Brye
Photo: Ella Mastin/William Hohe
Indie-Pop Breakout Brye Opens Up About Her Hit "LEMONS" & Overcoming Anxiety & Disordered Eating
Right now, rising future-pop artist Brye is enjoying the unique spoils of a breakout hit during quarantine. Since its release in April, her infections "LEMONS" has surpassed 15 million streams, earned spots on hit-making playlists everywhere and taken off on TikTok.
But only about a year ago, Brye, born Brye Sebring, hit rock bottom. After years of struggling with anxiety and disordered eating, the 17-year-old musician and songwriter finally accepted that these issues weren’t going away and she needed help.
“I was like, ‘This has gotten to a point where I’m absolutely miserable,’” Sebring, the Chicago native, recalls while on a family trip to Nashville. “I can’t enjoy going out. I can’t enjoy staying home. I can’t enjoy anything the way I used. Everything was about food and body. It was overwhelmingly exhausting.”
She sat on the news for about six months before telling her parents and her closest friends—something she has no memory of doing. All she knows is that “it all bubbled to the surface. I didn’t have room for it anymore. I couldn’t handle it on my own.”
As brave as that admission and her decision to seek treatment was, Sebring made an even more courageous step to make and share a video about her struggles. At first, it was only accessible to her friends and family through her Instagram account, but a couple of months later, she dropped the clip on her YouTube channel.
A video like Brye’s isn’t terribly unusual for a teen living in the social media era, but what made her confession stick a little deeper was that it arrived around one month after a clip for “LEMONS,” her stark, catchy kiss off to a poisonous relationship. The song was well on its way to become a small sensation thanks to some regular airplay on SiriusXM’s AltNation channel and fans making their own videos for the song or using it as the soundtrack for their TikTok posts. Her clip admitting to her eating disorder may not have garnered the same number of views as “LEMONS,” but it has opened up a conversation in the comments with her fans revealing their own struggles and finding inspiration in Sebring’s words.

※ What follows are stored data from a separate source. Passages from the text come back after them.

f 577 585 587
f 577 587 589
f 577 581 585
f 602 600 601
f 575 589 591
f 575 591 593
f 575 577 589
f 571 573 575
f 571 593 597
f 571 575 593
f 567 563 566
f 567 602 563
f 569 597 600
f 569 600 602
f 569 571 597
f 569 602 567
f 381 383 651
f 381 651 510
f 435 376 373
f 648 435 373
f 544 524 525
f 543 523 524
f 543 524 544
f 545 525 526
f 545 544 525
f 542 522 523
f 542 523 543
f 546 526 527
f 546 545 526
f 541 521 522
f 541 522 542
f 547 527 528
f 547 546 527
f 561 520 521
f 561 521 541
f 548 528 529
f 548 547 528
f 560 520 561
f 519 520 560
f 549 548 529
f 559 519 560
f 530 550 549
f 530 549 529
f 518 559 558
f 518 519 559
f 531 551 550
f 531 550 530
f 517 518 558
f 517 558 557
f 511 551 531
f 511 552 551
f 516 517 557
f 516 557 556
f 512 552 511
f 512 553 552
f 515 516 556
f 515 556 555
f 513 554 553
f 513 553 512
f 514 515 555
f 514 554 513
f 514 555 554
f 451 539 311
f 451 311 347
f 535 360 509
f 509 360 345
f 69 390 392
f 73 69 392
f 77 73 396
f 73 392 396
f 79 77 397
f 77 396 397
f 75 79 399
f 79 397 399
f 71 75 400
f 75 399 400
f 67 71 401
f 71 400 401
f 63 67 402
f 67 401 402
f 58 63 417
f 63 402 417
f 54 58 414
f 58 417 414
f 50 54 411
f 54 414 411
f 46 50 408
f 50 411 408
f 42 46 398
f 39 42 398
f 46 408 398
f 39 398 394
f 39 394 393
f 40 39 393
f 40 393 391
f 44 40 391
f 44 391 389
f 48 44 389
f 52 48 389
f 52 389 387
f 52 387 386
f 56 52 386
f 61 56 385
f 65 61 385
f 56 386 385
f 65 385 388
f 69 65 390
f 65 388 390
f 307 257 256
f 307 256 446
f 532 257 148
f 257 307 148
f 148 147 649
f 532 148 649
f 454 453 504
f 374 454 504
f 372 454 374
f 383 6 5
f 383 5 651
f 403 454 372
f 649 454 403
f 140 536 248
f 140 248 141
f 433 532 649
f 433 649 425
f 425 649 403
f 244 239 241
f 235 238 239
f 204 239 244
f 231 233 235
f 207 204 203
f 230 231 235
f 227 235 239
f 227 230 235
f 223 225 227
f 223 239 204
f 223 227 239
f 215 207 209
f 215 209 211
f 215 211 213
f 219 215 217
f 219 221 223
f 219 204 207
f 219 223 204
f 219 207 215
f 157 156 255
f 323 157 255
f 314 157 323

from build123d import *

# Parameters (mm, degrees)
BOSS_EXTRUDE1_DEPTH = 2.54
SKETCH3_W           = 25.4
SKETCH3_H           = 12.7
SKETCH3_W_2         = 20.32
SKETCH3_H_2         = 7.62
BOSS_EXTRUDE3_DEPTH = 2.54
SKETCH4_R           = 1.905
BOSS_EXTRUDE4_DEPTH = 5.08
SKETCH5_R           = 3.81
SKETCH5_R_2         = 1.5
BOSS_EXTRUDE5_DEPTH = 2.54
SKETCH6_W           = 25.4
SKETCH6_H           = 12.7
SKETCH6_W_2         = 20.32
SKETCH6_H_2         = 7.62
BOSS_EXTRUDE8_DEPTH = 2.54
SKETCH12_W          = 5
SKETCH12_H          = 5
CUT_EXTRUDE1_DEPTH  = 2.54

“It connected with a crap ton of people,” she says, “because my audience is generally teenage girls. And this is a really common problem, especially in high school when we’re struggling to find ourselves and questioning everything about ourselves. It was really cool to see people connect with it, and it was really difficult at the same time.”

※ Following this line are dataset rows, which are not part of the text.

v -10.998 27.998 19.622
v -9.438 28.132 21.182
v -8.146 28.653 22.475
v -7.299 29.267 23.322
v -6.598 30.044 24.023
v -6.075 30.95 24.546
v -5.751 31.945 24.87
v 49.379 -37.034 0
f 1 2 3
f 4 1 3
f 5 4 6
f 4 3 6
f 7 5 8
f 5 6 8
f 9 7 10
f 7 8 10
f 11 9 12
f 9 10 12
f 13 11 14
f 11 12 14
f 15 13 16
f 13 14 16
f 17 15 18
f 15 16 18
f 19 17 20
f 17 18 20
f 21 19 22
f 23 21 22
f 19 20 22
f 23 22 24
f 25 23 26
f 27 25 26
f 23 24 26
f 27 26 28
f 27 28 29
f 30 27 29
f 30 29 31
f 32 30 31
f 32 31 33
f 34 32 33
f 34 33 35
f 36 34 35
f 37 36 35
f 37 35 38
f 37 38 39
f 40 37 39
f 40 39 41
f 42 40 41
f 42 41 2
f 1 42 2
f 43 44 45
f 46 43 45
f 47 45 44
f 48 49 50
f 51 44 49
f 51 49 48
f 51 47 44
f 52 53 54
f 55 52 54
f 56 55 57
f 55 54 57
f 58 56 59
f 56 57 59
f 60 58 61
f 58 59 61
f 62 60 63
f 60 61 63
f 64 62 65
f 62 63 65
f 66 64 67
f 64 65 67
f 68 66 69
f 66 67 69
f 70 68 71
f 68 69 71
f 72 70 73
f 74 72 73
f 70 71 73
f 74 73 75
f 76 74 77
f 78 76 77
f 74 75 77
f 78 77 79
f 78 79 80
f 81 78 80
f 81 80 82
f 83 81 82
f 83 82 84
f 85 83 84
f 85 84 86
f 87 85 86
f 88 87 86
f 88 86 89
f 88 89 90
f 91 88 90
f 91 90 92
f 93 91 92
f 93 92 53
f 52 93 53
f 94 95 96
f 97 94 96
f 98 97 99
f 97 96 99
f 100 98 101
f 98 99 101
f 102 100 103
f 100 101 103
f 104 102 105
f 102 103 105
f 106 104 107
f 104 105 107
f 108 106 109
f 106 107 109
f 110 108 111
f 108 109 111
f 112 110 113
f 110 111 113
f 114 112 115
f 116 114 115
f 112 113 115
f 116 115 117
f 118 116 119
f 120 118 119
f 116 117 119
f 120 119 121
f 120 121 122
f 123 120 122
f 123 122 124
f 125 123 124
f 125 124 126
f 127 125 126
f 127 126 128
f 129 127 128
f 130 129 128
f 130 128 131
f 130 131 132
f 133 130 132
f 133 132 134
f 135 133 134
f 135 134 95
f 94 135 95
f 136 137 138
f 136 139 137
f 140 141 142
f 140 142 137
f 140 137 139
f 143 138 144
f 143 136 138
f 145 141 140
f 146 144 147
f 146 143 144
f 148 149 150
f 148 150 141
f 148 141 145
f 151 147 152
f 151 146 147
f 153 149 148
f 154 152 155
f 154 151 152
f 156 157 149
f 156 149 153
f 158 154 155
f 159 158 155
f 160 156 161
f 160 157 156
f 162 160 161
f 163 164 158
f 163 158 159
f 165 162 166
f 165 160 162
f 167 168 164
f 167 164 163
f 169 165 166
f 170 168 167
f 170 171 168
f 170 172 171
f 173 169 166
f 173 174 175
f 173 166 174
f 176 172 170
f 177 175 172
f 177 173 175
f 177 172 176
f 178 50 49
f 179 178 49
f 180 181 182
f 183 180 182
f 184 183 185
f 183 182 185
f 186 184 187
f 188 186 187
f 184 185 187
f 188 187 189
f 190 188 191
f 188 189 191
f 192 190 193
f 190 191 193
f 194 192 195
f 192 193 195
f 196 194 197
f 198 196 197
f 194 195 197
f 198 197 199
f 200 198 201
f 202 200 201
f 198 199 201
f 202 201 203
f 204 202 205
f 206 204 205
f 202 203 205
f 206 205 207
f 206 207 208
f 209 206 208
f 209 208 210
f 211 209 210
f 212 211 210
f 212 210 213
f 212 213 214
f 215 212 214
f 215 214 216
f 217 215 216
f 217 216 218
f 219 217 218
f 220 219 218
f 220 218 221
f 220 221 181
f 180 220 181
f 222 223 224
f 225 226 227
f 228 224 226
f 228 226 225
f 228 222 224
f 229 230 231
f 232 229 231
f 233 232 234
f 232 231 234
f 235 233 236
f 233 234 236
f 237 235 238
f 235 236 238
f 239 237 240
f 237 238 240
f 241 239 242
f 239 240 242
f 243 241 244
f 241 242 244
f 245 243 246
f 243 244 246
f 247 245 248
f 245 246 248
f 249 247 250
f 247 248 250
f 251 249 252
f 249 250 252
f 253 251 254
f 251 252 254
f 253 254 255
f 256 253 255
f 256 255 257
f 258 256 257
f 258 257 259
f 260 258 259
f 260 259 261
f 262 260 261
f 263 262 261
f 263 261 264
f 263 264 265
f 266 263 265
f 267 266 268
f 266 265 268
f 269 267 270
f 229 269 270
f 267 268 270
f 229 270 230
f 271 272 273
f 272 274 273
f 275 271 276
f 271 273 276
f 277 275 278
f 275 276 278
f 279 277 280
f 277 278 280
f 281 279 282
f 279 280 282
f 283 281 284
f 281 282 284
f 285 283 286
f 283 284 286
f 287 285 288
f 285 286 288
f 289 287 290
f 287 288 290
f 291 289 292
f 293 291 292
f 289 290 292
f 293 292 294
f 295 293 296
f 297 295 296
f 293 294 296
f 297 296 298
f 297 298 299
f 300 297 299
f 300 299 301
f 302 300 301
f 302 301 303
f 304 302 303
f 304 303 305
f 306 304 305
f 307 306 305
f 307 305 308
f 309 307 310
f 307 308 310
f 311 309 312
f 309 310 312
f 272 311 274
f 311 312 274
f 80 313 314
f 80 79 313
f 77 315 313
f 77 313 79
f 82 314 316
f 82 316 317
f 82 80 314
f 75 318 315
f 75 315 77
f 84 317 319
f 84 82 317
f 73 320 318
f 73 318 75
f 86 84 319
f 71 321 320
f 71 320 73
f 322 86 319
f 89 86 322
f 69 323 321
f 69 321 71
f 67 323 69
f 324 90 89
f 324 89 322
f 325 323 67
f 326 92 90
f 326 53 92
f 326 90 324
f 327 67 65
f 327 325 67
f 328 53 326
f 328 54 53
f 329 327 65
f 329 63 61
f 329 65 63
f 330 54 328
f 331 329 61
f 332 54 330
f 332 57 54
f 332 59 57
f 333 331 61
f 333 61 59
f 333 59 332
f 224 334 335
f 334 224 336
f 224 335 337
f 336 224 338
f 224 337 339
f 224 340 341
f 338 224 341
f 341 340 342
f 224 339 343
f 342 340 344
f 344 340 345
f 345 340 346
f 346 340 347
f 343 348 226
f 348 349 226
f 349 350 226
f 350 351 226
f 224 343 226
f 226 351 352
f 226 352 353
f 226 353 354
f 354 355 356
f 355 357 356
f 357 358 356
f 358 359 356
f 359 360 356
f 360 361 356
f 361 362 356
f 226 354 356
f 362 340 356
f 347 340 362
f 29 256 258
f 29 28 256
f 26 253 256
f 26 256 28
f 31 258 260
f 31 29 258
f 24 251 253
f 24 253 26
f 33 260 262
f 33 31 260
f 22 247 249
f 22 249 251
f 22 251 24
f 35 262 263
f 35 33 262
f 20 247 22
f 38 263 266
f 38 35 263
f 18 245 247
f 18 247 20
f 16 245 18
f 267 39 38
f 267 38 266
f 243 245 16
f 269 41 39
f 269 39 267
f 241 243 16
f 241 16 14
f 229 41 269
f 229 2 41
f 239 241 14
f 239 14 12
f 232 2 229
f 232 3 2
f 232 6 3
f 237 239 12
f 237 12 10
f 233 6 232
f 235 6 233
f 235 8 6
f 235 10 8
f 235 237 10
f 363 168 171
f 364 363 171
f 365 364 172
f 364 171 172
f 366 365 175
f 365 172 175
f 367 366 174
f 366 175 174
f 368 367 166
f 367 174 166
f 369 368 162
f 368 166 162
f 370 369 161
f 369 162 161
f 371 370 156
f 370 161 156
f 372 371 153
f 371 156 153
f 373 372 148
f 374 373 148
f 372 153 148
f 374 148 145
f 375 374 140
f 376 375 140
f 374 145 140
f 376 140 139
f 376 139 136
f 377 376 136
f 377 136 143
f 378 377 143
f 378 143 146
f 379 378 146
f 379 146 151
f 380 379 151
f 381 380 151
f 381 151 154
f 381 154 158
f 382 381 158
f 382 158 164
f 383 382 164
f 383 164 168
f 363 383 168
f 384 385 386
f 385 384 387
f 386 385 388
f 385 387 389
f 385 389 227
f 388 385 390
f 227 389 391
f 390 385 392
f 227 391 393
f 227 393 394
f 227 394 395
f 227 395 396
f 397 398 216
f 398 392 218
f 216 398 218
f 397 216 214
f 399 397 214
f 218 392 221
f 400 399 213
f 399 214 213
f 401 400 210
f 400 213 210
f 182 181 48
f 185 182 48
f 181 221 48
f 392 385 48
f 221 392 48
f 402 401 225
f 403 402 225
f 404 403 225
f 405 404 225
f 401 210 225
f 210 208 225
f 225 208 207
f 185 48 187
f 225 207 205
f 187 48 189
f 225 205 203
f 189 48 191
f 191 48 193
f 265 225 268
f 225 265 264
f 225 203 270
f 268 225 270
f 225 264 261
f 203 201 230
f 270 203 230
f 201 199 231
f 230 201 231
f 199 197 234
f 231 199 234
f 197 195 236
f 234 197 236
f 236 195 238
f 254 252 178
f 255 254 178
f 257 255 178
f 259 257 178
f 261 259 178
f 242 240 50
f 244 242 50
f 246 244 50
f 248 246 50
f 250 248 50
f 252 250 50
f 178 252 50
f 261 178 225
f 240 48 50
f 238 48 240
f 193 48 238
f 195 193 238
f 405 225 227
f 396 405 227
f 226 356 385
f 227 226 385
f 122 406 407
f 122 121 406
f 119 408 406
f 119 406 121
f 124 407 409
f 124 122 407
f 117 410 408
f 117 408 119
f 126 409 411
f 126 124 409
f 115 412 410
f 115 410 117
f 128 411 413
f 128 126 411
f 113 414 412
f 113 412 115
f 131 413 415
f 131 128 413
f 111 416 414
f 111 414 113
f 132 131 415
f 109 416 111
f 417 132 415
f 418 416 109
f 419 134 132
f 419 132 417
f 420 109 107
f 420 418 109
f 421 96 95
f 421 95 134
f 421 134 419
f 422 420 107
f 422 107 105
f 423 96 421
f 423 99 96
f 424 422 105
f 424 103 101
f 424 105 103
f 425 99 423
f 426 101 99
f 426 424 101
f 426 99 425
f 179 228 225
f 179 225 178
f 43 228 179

As you might have gathered by now, Sebring is remarkably level headed for someone her age, especially as she deals with the first flushes of potential pop success. But that could be because she has been building toward this moment her whole life. Growing up in a family full of music lovers, she spent her pre-teen years obsessing over the songs of Kelly Clarkson and Ben Rector while enjoying a steady diet of Disney classics.
Before long, she transitioned into writing her own songs, slowly sharing them with her friends and family as she built up the confidence to unveil the best ones to the world at large. And as she got older, her ambitions got a little grander. She wrote and directed a musical at her high school, and released her first EP Million Songs last year.
But now as “LEMONS” continues to catch fire as a single, Sebring has to figure out how to move forward in her career during a time when she can’t do the work of touring to promote the single or talking to labels that might help her get to the next level. At the same time, though, she admits that she might not have had the energy or headspace to deal with a slew of meetings or performances.
“I think there’s a reason [“LEMONS”’ success] happened during this pandemic,” she says. “Life has a weird way of making things turn out the way they’re supposed to. I’m trying to look at it from the perspective of, ‘Could I have handled all of that commotion with where I am emotionally right now?’ I have pretty much the best excuse in the world to not be exerting myself too much.”
Instead, even as she feels the itch to get new music out soon, Sebring is concentrating on the work of healing—something that’s only gotten harder as she continues to be stuck at home.
“It’s definitely taking a toll,” Sebring says. “Especially at the beginning, there were moments when my body dysmorphia was really bad and I felt close to relapse. I think that just comes with isolation and uncertainty. For a year and a half, my coping mechanism was restriction and obsessing over my body. It’s hard to get out and cope in a different way, especially when this is the most stressful thing I’ve ever gone through.”